The front door opened at precisely eight o’clock and Arina stepped in first, a shy smile upon her face, the expression she had always worn as a child when she had done something mischievous but wanted her escapade to be discovered. She stepped over to Zoya and me and kissed us both, as she always did, and then, emerging from the dark shadows of the hallway stepped a young man, hat in hand, his cheeks a little flushed, clearly anxious to make a good impression. Despite myself, I found his nervousness endearing and had to concentrate in order to stop myself from smiling. It must have been a day for memories, for his disquiet reminded me of my nervousness when I was first introduced to Zoya’s father.

‘Masha, Pasha,’ said Arina, indicating the young man, as if we couldn’t see him standing there before us in all his awkwardness, ‘this is Ralph Adler.’

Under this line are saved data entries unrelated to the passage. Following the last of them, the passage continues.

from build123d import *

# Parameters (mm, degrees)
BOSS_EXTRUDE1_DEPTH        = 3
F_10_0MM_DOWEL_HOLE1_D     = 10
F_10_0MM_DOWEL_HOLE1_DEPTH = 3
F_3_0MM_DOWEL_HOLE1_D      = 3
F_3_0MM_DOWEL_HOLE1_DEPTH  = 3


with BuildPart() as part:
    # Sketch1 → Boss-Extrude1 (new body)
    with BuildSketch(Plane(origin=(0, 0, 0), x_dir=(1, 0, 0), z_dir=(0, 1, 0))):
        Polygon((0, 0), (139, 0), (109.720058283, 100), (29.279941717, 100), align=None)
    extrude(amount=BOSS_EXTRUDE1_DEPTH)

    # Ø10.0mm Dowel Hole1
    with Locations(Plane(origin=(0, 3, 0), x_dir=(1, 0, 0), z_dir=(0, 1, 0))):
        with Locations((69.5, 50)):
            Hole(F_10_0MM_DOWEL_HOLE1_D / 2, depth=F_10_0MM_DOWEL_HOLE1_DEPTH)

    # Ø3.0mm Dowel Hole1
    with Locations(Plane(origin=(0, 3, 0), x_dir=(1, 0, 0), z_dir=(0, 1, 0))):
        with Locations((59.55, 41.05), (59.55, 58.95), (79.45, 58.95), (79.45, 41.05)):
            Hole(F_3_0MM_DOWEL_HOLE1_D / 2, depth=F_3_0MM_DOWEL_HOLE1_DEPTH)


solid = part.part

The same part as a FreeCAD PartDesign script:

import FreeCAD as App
import Part
import Sketcher
from FreeCAD import Vector
Q = App.Units.Quantity

doc = App.newDocument("Part")
body = doc.addObject("PartDesign::Body", "Body")

# Sketch on XZ plane
sketch1 = doc.addObject("Sketcher::SketchObject", "Sketch")
body.addObject(sketch1)
sketch1.AttachmentSupport = (doc.XZ_Plane, [""])
sketch1.MapMode = "FlatFace"
sketch1.addGeometry(Part.LineSegment(Vector(0, 0, 0), Vector(139, 0, 0)), False)
sketch1.addGeometry(Part.LineSegment(Vector(139, 0, 0), Vector(110, -100, 0)), False)
sketch1.addGeometry(Part.LineSegment(Vector(110, -100, 0), Vector(29, -100, 0)), False)
sketch1.addGeometry(Part.LineSegment(Vector(29, -100, 0), Vector(0, 0, 0)), False)
sketch1.addConstraint(Sketcher.Constraint("Coincident", 0, 2, 1, 1))
sketch1.addConstraint(Sketcher.Constraint("Coincident", 1, 2, 2, 1))
sketch1.addConstraint(Sketcher.Constraint("Coincident", 2, 2, 3, 1))
sketch1.addConstraint(Sketcher.Constraint("Coincident", 3, 2, 0, 1))
sketch1.addConstraint(Sketcher.Constraint("Horizontal", 0))
sketch1.addConstraint(Sketcher.Constraint("Horizontal", 2))
sketch1.addConstraint(Sketcher.Constraint("Coincident", 3, 2, -1, 1))
sketch1.addConstraint(Sketcher.Constraint("Equal", 1, 3))
sketch1.addConstraint(Sketcher.Constraint("DistanceX", 0, 1, 0, 2, Q("139 mm")))
sketch1.addConstraint(Sketcher.Constraint("DistanceY", 1, 2, -1, 1, Q("100 mm")))
sketch1.addConstraint(Sketcher.Constraint("Angle", 1, Q("-106.32 deg")))
pad1 = doc.addObject("PartDesign::Pad", "Pad")
body.addObject(pad1)
pad1.Profile = sketch1
pad1.Length = 3
pad1.Reversed = True

# Sketch on XZ plane
sketch2 = doc.addObject("Sketcher::SketchObject", "Sketch001")
body.addObject(sketch2)
sketch2.AttachmentSupport = (doc.XZ_Plane, [""])
sketch2.MapMode = "FlatFace"
sketch2.AttachmentOffset = App.Placement(Vector(0, 0, -3), App.Rotation())
sketch2.addGeometry(Part.Circle(Vector(70, -50, 0), Vector(0, 0, 1), 5), False)
sketch2.addConstraint(Sketcher.Constraint("Diameter", 0, Q("10 mm")))
sketch2.addConstraint(Sketcher.Constraint("DistanceY", 0, 3, -1, 1, Q("50 mm")))
sketch2.addConstraint(Sketcher.Constraint("DistanceX", -1, 1, 0, 3, Q("69.5 mm")))
doc.recompute()
hole = doc.addObject("PartDesign::Hole", "Hole")
body.addObject(hole)
hole.Profile = sketch2
hole.ThreadType = "None"
hole.Diameter = 10
hole.DepthType = "Dimension"
hole.Depth = 3
hole.DrillPoint = "Flat"
hole.Reversed = True

# Sketch on XZ plane
sketch3 = doc.addObject("Sketcher::SketchObject", "Sketch002")
body.addObject(sketch3)
sketch3.AttachmentSupport = (doc.XZ_Plane, [""])
sketch3.MapMode = "FlatFace"
sketch3.AttachmentOffset = App.Placement(Vector(0, 0, -3), App.Rotation())
sketch3.addGeometry(Part.Circle(Vector(59.5, -41, 0), Vector(0, 0, 1), 1.5), False)
sketch3.addGeometry(Part.Circle(Vector(59.5, -59, 0), Vector(0, 0, 1), 1.5), False)
sketch3.addGeometry(Part.Circle(Vector(79.5, -59, 0), Vector(0, 0, 1), 1.5), False)
sketch3.addGeometry(Part.Circle(Vector(79.5, -41, 0), Vector(0, 0, 1), 1.5), False)
sketch3.addConstraint(Sketcher.Constraint("Equal", 0, 1))
sketch3.addConstraint(Sketcher.Constraint("Equal", 1, 2))
sketch3.addConstraint(Sketcher.Constraint("Equal", 2, 3))
sketch3.addConstraint(Sketcher.Constraint("Horizontal", 1, 3, 2, 3))
sketch3.addConstraint(Sketcher.Constraint("Horizontal", 0, 3, 3, 3))
sketch3.addConstraint(Sketcher.Constraint("Vertical", 0, 3, 1, 3))
sketch3.addConstraint(Sketcher.Constraint("Vertical", 2, 3, 3, 3))
sketch3.addConstraint(Sketcher.Constraint("Diameter", 0, Q("3 mm")))
sketch3.addConstraint(Sketcher.Constraint("DistanceY", 1, 3, 0, 3, Q("17.9 mm")))
sketch3.addConstraint(Sketcher.Constraint("DistanceX", 1, 3, 2, 3, Q("19.9 mm")))
sketch3.addConstraint(Sketcher.Constraint("DistanceX", -1, 1, 0, 3, Q("59.55 mm")))
sketch3.addConstraint(Sketcher.Constraint("DistanceY", 0, 3, -1, 1, Q("41.05 mm")))
doc.recompute()
hole2 = doc.addObject("PartDesign::Hole", "Hole001")
body.addObject(hole2)
hole2.Profile = sketch3
hole2.ThreadType = "None"
hole2.Diameter = 3
hole2.DepthType = "Dimension"
hole2.Depth = 3
hole2.DrillPoint = "Flat"
hole2.Reversed = True

doc.recompute()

‘Good evening, Mr Jachmenev,’ he said immediately, extending a hand for me to shake and stumbling over my name, although it sounded as if he had prepared his opening gambit many times before delivering it. ‘It’s a great honour to meet you. And Mrs Jachmenev, I’d like to thank you very much for the great honour of inviting me to your home.’

‘Well, you’re very welcome, Ralph,’ she said, smiling too. ‘We’re delighted to meet you at last. Arina has told us a lot about you. Won’t you come in and sit down?’

Arina and Ralph took their seats at the table and I sat opposite Ralph as Zoya finished preparing the food, which gave me an opportunity to examine him in more detail. He was of average height and build, with a mop of shocking-red hair, a fact which
surprised me, but he was not a bad-looking boy, I supposed. As far as boys went.